Data extracts: Begin

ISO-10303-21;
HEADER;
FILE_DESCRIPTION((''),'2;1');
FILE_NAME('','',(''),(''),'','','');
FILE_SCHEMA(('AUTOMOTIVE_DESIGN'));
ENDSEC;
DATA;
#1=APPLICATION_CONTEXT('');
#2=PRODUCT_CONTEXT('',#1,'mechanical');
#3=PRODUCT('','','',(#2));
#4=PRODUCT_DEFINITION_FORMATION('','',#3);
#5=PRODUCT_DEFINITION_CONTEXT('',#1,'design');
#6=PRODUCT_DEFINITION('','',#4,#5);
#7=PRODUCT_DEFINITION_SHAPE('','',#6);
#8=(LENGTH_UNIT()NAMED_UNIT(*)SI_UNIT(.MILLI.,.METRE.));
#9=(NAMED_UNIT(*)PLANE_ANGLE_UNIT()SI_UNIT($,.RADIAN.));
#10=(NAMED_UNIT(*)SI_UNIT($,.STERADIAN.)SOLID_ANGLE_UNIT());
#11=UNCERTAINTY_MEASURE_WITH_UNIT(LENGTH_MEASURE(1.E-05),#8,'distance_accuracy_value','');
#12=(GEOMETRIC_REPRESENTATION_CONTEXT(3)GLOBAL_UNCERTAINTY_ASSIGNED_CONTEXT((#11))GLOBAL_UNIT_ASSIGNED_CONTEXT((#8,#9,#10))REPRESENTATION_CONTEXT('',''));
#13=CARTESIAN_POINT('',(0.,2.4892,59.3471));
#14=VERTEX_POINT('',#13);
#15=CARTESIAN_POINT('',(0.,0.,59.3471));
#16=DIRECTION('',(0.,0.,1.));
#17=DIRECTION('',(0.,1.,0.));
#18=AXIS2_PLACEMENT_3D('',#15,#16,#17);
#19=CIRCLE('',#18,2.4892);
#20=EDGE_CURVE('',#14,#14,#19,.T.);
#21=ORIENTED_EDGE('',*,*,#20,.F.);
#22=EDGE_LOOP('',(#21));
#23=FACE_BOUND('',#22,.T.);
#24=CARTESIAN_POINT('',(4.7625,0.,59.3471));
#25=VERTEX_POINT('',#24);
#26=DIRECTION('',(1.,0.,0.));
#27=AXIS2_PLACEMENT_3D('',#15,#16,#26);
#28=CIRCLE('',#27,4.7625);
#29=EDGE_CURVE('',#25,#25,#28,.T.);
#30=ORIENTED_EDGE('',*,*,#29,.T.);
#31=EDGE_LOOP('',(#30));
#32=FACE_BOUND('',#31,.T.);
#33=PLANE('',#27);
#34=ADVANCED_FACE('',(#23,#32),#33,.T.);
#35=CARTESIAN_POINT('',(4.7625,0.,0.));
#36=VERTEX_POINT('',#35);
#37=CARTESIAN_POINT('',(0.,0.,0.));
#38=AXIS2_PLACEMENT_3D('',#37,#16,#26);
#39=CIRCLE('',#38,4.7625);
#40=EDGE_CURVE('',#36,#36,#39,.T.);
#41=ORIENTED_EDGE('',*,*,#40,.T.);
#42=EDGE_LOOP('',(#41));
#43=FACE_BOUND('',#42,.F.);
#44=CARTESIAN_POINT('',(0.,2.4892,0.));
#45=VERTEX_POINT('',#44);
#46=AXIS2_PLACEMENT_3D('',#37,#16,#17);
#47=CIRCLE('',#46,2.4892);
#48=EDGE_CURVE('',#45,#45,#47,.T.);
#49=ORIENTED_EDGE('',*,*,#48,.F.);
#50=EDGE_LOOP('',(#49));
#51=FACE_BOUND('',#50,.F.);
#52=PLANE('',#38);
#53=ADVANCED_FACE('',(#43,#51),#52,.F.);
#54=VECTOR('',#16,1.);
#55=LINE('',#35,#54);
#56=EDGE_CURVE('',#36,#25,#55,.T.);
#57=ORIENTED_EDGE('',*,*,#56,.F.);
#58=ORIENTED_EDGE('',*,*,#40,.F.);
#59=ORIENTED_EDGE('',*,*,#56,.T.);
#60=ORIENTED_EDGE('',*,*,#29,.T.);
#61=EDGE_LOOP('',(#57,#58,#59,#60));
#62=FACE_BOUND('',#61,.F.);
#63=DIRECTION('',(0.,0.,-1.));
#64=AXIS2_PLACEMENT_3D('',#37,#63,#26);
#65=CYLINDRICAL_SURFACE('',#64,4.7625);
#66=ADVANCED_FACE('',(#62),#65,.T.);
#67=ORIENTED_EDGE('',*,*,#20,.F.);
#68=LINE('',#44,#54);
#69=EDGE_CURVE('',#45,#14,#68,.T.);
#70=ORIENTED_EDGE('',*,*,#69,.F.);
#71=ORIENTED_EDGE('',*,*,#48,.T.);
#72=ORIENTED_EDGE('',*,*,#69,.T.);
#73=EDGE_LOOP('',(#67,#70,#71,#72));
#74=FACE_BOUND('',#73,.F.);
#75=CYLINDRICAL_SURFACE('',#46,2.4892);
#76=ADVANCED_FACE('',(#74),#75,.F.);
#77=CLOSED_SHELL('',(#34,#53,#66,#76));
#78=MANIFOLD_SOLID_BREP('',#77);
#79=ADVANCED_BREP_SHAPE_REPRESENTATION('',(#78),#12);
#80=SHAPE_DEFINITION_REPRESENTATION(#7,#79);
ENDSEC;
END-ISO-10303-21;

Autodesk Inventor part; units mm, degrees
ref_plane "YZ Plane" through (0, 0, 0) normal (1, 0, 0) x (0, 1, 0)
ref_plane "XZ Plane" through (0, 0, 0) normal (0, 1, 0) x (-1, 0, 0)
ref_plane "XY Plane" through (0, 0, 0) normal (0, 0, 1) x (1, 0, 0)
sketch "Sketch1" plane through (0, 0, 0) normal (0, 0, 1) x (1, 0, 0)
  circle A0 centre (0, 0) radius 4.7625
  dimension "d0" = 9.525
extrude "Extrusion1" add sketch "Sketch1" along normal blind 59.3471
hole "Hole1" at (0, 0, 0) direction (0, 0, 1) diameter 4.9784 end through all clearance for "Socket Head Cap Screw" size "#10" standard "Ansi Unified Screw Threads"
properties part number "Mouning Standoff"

Data extracts: End

* Task details: The answer is the full set of records, printed exactly as given.

* Solution to this exercise:
ISO-10303-21;
HEADER;
FILE_DESCRIPTION((''),'2;1');
FILE_NAME('','',(''),(''),'','','');
FILE_SCHEMA(('AUTOMOTIVE_DESIGN'));
ENDSEC;
DATA;
#1=APPLICATION_CONTEXT('');
#2=PRODUCT_CONTEXT('',#1,'mechanical');
#3=PRODUCT('','','',(#2));
#4=PRODUCT_DEFINITION_FORMATION('','',#3);
#5=PRODUCT_DEFINITION_CONTEXT('',#1,'design');
#6=PRODUCT_DEFINITION('','',#4,#5);
#7=PRODUCT_DEFINITION_SHAPE('','',#6);
#8=(LENGTH_UNIT()NAMED_UNIT(*)SI_UNIT(.MILLI.,.METRE.));
#9=(NAMED_UNIT(*)PLANE_ANGLE_UNIT()SI_UNIT($,.RADIAN.));
#10=(NAMED_UNIT(*)SI_UNIT($,.STERADIAN.)SOLID_ANGLE_UNIT());
#11=UNCERTAINTY_MEASURE_WITH_UNIT(LENGTH_MEASURE(1.E-05),#8,'distance_accuracy_value','');
#12=(GEOMETRIC_REPRESENTATION_CONTEXT(3)GLOBAL_UNCERTAINTY_ASSIGNED_CONTEXT((#11))GLOBAL_UNIT_ASSIGNED_CONTEXT((#8,#9,#10))REPRESENTATION_CONTEXT('',''));
#13=CARTESIAN_POINT('',(0.,2.4892,59.3471));
#14=VERTEX_POINT('',#13);
#15=CARTESIAN_POINT('',(0.,0.,59.3471));
#16=DIRECTION('',(0.,0.,1.));
#17=DIRECTION('',(0.,1.,0.));
#18=AXIS2_PLACEMENT_3D('',#15,#16,#17);
#19=CIRCLE('',#18,2.4892);
#20=EDGE_CURVE('',#14,#14,#19,.T.);
#21=ORIENTED_EDGE('',*,*,#20,.F.);
#22=EDGE_LOOP('',(#21));
#23=FACE_BOUND('',#22,.T.);
#24=CARTESIAN_POINT('',(4.7625,0.,59.3471));
#25=VERTEX_POINT('',#24);
#26=DIRECTION('',(1.,0.,0.));
#27=AXIS2_PLACEMENT_3D('',#15,#16,#26);
#28=CIRCLE('',#27,4.7625);
#29=EDGE_CURVE('',#25,#25,#28,.T.);
#30=ORIENTED_EDGE('',*,*,#29,.T.);
#31=EDGE_LOOP('',(#30));
#32=FACE_BOUND('',#31,.T.);
#33=PLANE('',#27);
#34=ADVANCED_FACE('',(#23,#32),#33,.T.);
#35=CARTESIAN_POINT('',(4.7625,0.,0.));
#36=VERTEX_POINT('',#35);
#37=CARTESIAN_POINT('',(0.,0.,0.));
#38=AXIS2_PLACEMENT_3D('',#37,#16,#26);
#39=CIRCLE('',#38,4.7625);
#40=EDGE_CURVE('',#36,#36,#39,.T.);
#41=ORIENTED_EDGE('',*,*,#40,.T.);
#42=EDGE_LOOP('',(#41));
#43=FACE_BOUND('',#42,.F.);
#44=CARTESIAN_POINT('',(0.,2.4892,0.));
#45=VERTEX_POINT('',#44);
#46=AXIS2_PLACEMENT_3D('',#37,#16,#17);
#47=CIRCLE('',#46,2.4892);
#48=EDGE_CURVE('',#45,#45,#47,.T.);
#49=ORIENTED_EDGE('',*,*,#48,.F.);
#50=EDGE_LOOP('',(#49));
#51=FACE_BOUND('',#50,.F.);
#52=PLANE('',#38);
#53=ADVANCED_FACE('',(#43,#51),#52,.F.);
#54=VECTOR('',#16,1.);
#55=LINE('',#35,#54);
#56=EDGE_CURVE('',#36,#25,#55,.T.);
#57=ORIENTED_EDGE('',*,*,#56,.F.);
#58=ORIENTED_EDGE('',*,*,#40,.F.);
#59=ORIENTED_EDGE('',*,*,#56,.T.);
#60=ORIENTED_EDGE('',*,*,#29,.T.);
#61=EDGE_LOOP('',(#57,#58,#59,#60));
#62=FACE_BOUND('',#61,.F.);
#63=DIRECTION('',(0.,0.,-1.));
#64=AXIS2_PLACEMENT_3D('',#37,#63,#26);
#65=CYLINDRICAL_SURFACE('',#64,4.7625);
#66=ADVANCED_FACE('',(#62),#65,.T.);
#67=ORIENTED_EDGE('',*,*,#20,.F.);
#68=LINE('',#44,#54);
#69=EDGE_CURVE('',#45,#14,#68,.T.);
#70=ORIENTED_EDGE('',*,*,#69,.F.);
#71=ORIENTED_EDGE('',*,*,#48,.T.);
#72=ORIENTED_EDGE('',*,*,#69,.T.);
#73=EDGE_LOOP('',(#67,#70,#71,#72));
#74=FACE_BOUND('',#73,.F.);
#75=CYLINDRICAL_SURFACE('',#46,2.4892);
#76=ADVANCED_FACE('',(#74),#75,.F.);
#77=CLOSED_SHELL('',(#34,#53,#66,#76));
#78=MANIFOLD_SOLID_BREP('',#77);
#79=ADVANCED_BREP_SHAPE_REPRESENTATION('',(#78),#12);
#80=SHAPE_DEFINITION_REPRESENTATION(#7,#79);
ENDSEC;
END-ISO-10303-21;

Autodesk Inventor part; units mm, degrees
ref_plane "YZ Plane" through (0, 0, 0) normal (1, 0, 0) x (0, 1, 0)
ref_plane "XZ Plane" through (0, 0, 0) normal (0, 1, 0) x (-1, 0, 0)
ref_plane "XY Plane" through (0, 0, 0) normal (0, 0, 1) x (1, 0, 0)
sketch "Sketch1" plane through (0, 0, 0) normal (0, 0, 1) x (1, 0, 0)
  circle A0 centre (0, 0) radius 4.7625
  dimension "d0" = 9.525
extrude "Extrusion1" add sketch "Sketch1" along normal blind 59.3471
hole "Hole1" at (0, 0, 0) direction (0, 0, 1) diameter 4.9784 end through all clearance for "Socket Head Cap Screw" size "#10" standard "Ansi Unified Screw Threads"
properties part number "Mouning Standoff"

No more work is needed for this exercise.